Separate the action from the outcome. Before any high-stakes situation, identify exactly which parts are yours to execute and which parts depend on other people or chance. A job applicant controls the quality of their resume, their interview preparation, and their follow-up. They do not control the hiring manager’s preferences, the internal candidate who already has an inside track, or the budget freeze that kills the position. Defining this boundary in advance prevents you from spiraling afterward over things that were never yours to determine.
Run the circles exercise weekly. Spend five minutes on Sunday writing your current concerns into the three rings. Over several weeks, you’ll start to notice patterns. Certain concerns show up in the outer ring repeatedly, draining attention without ever becoming actionable. Recognizing that pattern makes it easier to let those concerns occupy less mental space.
Shrink the time horizon. When the future feels overwhelming, pull your focus to what you can do today, or even in the next hour. The Stoics emphasized acting “in the here and now” because the present moment is the only place where your control is real. Future plans are useful, but ruminating about future outcomes you can’t guarantee is just anxiety dressed up as productivity.

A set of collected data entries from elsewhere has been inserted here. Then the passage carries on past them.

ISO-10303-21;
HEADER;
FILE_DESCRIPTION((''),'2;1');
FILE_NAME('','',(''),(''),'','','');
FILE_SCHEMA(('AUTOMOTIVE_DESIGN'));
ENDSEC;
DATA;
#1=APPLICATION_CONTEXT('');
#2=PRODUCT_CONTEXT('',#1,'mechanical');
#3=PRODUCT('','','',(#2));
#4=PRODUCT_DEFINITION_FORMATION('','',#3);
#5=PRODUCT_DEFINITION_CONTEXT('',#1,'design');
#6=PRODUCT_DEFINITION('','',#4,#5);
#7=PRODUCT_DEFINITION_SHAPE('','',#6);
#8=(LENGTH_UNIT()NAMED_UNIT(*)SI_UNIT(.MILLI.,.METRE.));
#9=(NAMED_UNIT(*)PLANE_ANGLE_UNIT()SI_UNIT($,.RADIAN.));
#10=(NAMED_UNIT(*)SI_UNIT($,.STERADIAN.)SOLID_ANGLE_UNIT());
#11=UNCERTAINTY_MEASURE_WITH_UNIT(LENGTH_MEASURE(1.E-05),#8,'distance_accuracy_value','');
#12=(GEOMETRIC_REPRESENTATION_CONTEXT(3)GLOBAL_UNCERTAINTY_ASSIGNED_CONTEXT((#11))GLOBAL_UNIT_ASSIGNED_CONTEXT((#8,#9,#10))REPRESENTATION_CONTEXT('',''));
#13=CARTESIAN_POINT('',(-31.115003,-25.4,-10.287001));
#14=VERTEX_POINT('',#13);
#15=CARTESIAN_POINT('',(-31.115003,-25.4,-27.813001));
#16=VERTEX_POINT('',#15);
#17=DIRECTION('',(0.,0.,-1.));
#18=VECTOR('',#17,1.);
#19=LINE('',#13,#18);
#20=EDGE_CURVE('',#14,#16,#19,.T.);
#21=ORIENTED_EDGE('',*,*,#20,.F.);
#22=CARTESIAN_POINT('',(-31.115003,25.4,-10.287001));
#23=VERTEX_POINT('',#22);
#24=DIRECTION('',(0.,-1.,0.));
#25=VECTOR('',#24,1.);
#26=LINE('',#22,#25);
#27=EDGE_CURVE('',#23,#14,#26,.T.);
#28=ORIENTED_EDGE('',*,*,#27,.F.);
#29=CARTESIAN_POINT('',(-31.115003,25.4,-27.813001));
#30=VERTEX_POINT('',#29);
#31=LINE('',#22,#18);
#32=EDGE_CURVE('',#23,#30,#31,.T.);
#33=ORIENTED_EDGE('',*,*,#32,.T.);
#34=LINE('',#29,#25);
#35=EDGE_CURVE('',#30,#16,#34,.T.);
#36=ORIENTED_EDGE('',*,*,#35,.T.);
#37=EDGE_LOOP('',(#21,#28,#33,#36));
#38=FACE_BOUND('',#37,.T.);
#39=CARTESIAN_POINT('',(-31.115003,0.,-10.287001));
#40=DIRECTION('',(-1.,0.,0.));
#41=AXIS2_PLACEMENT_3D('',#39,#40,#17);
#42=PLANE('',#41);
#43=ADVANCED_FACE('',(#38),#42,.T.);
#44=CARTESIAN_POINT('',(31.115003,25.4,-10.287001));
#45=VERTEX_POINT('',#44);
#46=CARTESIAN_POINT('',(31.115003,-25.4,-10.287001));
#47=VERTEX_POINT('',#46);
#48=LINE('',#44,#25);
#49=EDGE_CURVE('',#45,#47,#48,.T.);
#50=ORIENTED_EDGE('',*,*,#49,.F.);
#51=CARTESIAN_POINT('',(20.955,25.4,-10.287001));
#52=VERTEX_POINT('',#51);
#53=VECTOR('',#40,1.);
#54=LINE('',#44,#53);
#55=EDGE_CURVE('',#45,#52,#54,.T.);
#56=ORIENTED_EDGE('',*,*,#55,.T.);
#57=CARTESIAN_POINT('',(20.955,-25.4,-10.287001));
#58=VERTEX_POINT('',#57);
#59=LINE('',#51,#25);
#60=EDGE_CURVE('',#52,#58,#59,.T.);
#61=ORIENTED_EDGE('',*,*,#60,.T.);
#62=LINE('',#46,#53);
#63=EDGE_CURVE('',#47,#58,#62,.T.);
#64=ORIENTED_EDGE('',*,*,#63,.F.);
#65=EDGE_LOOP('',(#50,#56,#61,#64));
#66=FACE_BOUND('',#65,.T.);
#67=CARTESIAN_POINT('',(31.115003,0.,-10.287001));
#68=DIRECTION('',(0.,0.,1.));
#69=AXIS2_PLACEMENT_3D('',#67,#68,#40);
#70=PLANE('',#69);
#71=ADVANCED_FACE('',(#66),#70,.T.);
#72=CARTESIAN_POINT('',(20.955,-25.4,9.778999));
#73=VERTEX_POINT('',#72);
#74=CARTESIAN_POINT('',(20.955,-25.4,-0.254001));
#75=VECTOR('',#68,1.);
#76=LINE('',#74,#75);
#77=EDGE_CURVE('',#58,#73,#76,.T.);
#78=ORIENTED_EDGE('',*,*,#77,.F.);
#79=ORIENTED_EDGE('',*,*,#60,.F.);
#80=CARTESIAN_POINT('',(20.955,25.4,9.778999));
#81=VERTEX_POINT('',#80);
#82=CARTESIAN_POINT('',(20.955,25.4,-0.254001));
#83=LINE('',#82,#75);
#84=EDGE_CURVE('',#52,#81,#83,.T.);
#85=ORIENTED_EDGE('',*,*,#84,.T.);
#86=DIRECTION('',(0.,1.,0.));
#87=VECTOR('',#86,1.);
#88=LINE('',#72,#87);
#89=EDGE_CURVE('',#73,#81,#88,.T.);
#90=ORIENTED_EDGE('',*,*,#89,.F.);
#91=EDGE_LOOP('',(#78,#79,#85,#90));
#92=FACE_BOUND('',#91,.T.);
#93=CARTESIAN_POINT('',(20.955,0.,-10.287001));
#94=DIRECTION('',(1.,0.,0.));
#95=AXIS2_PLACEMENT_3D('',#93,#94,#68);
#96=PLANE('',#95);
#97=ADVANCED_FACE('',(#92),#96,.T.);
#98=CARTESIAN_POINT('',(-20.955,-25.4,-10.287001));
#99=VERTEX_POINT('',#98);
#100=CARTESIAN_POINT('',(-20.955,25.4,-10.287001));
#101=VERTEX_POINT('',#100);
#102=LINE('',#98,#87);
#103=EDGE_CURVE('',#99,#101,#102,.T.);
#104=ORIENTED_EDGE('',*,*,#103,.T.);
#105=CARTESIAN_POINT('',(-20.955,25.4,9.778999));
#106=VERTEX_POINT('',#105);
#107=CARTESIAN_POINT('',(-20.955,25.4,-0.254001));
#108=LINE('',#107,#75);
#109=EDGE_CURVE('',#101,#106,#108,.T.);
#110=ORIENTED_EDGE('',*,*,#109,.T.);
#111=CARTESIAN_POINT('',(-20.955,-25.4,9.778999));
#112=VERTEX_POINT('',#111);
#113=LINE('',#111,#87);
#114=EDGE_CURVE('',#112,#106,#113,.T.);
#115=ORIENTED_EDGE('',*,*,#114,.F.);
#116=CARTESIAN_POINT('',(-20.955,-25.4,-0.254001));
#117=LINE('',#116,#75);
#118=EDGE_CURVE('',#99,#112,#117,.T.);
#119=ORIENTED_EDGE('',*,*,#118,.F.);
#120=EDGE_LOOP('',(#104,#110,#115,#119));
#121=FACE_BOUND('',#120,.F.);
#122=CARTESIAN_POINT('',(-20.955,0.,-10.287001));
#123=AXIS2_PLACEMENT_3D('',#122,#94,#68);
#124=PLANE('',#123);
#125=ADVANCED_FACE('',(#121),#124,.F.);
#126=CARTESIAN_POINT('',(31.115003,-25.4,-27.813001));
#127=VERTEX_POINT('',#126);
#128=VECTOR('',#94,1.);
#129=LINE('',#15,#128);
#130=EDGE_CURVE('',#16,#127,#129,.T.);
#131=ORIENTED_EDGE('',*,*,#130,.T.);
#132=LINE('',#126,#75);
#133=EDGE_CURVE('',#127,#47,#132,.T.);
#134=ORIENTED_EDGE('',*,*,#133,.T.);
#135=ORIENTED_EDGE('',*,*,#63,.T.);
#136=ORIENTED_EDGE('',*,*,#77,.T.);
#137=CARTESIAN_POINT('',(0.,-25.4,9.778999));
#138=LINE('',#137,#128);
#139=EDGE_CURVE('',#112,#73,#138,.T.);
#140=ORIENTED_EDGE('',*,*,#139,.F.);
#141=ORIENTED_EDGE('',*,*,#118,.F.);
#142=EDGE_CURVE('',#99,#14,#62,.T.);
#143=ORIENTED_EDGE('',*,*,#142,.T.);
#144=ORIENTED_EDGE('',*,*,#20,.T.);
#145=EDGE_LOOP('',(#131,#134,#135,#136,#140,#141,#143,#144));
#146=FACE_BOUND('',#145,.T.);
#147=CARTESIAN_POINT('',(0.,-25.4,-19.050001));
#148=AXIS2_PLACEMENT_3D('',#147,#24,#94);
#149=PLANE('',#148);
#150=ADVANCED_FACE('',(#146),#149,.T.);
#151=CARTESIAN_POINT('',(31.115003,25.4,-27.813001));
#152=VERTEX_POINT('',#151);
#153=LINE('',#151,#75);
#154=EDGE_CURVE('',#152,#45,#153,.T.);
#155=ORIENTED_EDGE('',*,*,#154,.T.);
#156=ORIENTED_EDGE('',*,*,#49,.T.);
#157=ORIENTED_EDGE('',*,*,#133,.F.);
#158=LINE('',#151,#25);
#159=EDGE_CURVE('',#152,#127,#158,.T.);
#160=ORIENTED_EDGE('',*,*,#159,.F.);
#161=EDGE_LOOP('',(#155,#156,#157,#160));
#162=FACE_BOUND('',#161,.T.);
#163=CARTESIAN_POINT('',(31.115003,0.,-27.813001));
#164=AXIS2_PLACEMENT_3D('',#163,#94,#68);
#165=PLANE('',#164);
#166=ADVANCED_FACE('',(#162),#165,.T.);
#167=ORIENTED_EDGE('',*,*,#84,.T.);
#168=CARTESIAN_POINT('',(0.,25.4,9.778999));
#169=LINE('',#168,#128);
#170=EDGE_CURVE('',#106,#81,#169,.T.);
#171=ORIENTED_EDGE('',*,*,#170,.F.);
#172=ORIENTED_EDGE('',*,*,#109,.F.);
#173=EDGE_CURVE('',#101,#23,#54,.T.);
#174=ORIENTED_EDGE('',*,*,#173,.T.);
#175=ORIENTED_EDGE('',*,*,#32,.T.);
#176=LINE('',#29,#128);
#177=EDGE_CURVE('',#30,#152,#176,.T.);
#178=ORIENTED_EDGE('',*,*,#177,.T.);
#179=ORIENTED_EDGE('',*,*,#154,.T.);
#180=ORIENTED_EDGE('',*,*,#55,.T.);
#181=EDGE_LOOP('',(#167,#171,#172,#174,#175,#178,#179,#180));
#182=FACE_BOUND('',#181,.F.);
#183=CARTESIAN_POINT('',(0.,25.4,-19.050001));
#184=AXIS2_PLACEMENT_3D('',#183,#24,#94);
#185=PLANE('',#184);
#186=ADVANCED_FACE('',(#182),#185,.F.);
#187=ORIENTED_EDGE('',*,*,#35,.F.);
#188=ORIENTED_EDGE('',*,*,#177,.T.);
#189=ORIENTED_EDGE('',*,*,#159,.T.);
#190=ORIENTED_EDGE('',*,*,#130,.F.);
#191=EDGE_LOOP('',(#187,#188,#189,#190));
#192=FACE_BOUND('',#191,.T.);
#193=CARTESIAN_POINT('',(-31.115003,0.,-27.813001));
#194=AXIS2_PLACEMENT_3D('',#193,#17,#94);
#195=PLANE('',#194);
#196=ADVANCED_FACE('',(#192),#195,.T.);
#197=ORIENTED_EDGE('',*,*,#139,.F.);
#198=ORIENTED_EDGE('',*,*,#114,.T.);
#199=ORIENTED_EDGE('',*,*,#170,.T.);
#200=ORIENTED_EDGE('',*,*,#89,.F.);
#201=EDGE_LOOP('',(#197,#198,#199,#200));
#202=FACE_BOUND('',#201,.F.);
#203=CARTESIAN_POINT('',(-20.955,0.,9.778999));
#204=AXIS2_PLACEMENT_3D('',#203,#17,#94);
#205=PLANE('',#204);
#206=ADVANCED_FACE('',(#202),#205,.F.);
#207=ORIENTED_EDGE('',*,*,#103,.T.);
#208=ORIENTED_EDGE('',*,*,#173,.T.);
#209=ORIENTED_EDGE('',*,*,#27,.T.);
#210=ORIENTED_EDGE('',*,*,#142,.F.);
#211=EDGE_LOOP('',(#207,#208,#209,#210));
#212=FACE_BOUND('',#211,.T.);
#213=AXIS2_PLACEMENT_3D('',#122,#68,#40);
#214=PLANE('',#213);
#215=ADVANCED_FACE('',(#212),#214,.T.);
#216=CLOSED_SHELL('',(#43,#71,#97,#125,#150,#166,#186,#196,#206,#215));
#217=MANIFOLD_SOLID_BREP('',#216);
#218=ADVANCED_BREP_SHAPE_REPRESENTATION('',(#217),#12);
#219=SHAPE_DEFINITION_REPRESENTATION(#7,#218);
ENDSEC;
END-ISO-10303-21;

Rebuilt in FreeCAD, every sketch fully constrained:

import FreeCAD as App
import Part
import Sketcher

V = App.Vector
Q = App.Units.Quantity

doc = App.newDocument("Part")
params = doc.addObject("Spreadsheet::Sheet", "Params")
for row, (alias, value) in enumerate([
    ("sketch1_width", "0.4000001 in"),
    ("sketch1_width2", "1.65 in"),
    ("sketch1_height", "0.69 in"),
    ("sketch1_height2", "0.79 in"),
    ("pad1_length", "1 in"),
    ("pad1_length2", "1 in"),
], start=1):
    params.set(f"A{row}", alias)
    params.set(f"B{row}", "=" + value)
    params.setAlias(f"B{row}", alias)

body = doc.addObject("PartDesign::Body", "Body")

# Sketch on XZ plane
sketch1 = doc.addObject("Sketcher::SketchObject", "Sketch")
body.addObject(sketch1)
sketch1.AttachmentSupport = (doc.XZ_Plane, [""])
sketch1.MapMode = "FlatFace"
sketch1.addGeometry([
    Part.LineSegment(V(-21, -10, 0), V(-31, -10, 0)),  # 0
    Part.LineSegment(V(-31, -10, 0), V(-31, -28, 0)),  # 1
    Part.LineSegment(V(-31, -28, 0), V(31, -28, 0)),  # 2
    Part.LineSegment(V(31, -28, 0), V(31, -10, 0)),  # 3
    Part.LineSegment(V(31, -10, 0), V(21, -10, 0)),  # 4
    Part.LineSegment(V(21, -10, 0), V(21, 10, 0)),  # 5
    Part.LineSegment(V(21, 10, 0), V(-21, 10, 0)),  # 6
    Part.LineSegment(V(-21, 10, 0), V(-21, -10, 0)),  # 7
], False)
sketch1.addConstraint([
    Sketcher.Constraint("Coincident", 0, 2, 1, 1),
    Sketcher.Constraint("Coincident", 1, 2, 2, 1),
    Sketcher.Constraint("Coincident", 2, 2, 3, 1),
    Sketcher.Constraint("Coincident", 3, 2, 4, 1),
    Sketcher.Constraint("Coincident", 4, 2, 5, 1),
    Sketcher.Constraint("Coincident", 5, 2, 6, 1),
    Sketcher.Constraint("Coincident", 6, 2, 7, 1),
    Sketcher.Constraint("Coincident", 7, 2, 0, 1),
    Sketcher.Constraint("Horizontal", 0),
    Sketcher.Constraint("Vertical", 1),
    Sketcher.Constraint("Horizontal", 2),
    Sketcher.Constraint("Vertical", 3),
    Sketcher.Constraint("Horizontal", 4),
    Sketcher.Constraint("Vertical", 5),
    Sketcher.Constraint("Horizontal", 6),
    Sketcher.Constraint("Vertical", 7),
    Sketcher.Constraint("Symmetric", 0, 2, 3, 2, -2),
    Sketcher.Constraint("Equal", 0, 4),
    Sketcher.Constraint("DistanceX", 0, 2, 0, 1, Q("0.4000001 in")),
    Sketcher.Constraint("DistanceX", 6, 2, 6, 1, Q("1.65 in")),
    Sketcher.Constraint("DistanceY", 1, 2, 1, 1, Q("0.69 in")),
    Sketcher.Constraint("DistanceY", 5, 1, 5, 2, Q("0.79 in")),
    Sketcher.Constraint("DistanceY", 0, 2, -1, 1, Q("0.405 in")),
])
sketch1.setExpression("Constraints[18]", "Params.sketch1_width")
sketch1.setExpression("Constraints[19]", "Params.sketch1_width2")
sketch1.setExpression("Constraints[20]", "Params.sketch1_height")
sketch1.setExpression("Constraints[21]", "Params.sketch1_height2")
pad1 = doc.addObject("PartDesign::Pad", "Pad")
body.addObject(pad1)
pad1.Profile = sketch1
pad1.Type = "TwoLengths"
pad1.setExpression("Length", "Params.pad1_length")
pad1.setExpression("Length2", "Params.pad1_length2")

doc.recompute()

What This Looks Like in Practice
Say you’re dealing with a chronic health condition. You can’t control the diagnosis, the progression of the disease, or how your body responds to a given treatment on any particular day. You can control whether you take your medication consistently, how you eat, whether you move your body, and how you talk to yourself about what’s happening. That’s not a small list. Research consistently shows that people who focus on those controllable health behaviors experience less pain and better outcomes than those who feel powerless against the diagnosis itself.
Or say a close relationship is struggling. You can’t force your partner to change, to see your perspective, or to put in the same effort you do. You can control how you communicate, whether you listen without planning your rebuttal, and whether your actions match the relationship you say you want. People who focus on their own behavior in relationships report higher satisfaction, not because they ignore problems, but because they invest their energy where it actually produces change.
The core principle stays the same across every context. Identify what you can act on. Act on it. Release the rest, not because it doesn’t matter, but because holding onto it costs you the energy and clarity you need for the things that are genuinely yours to shape.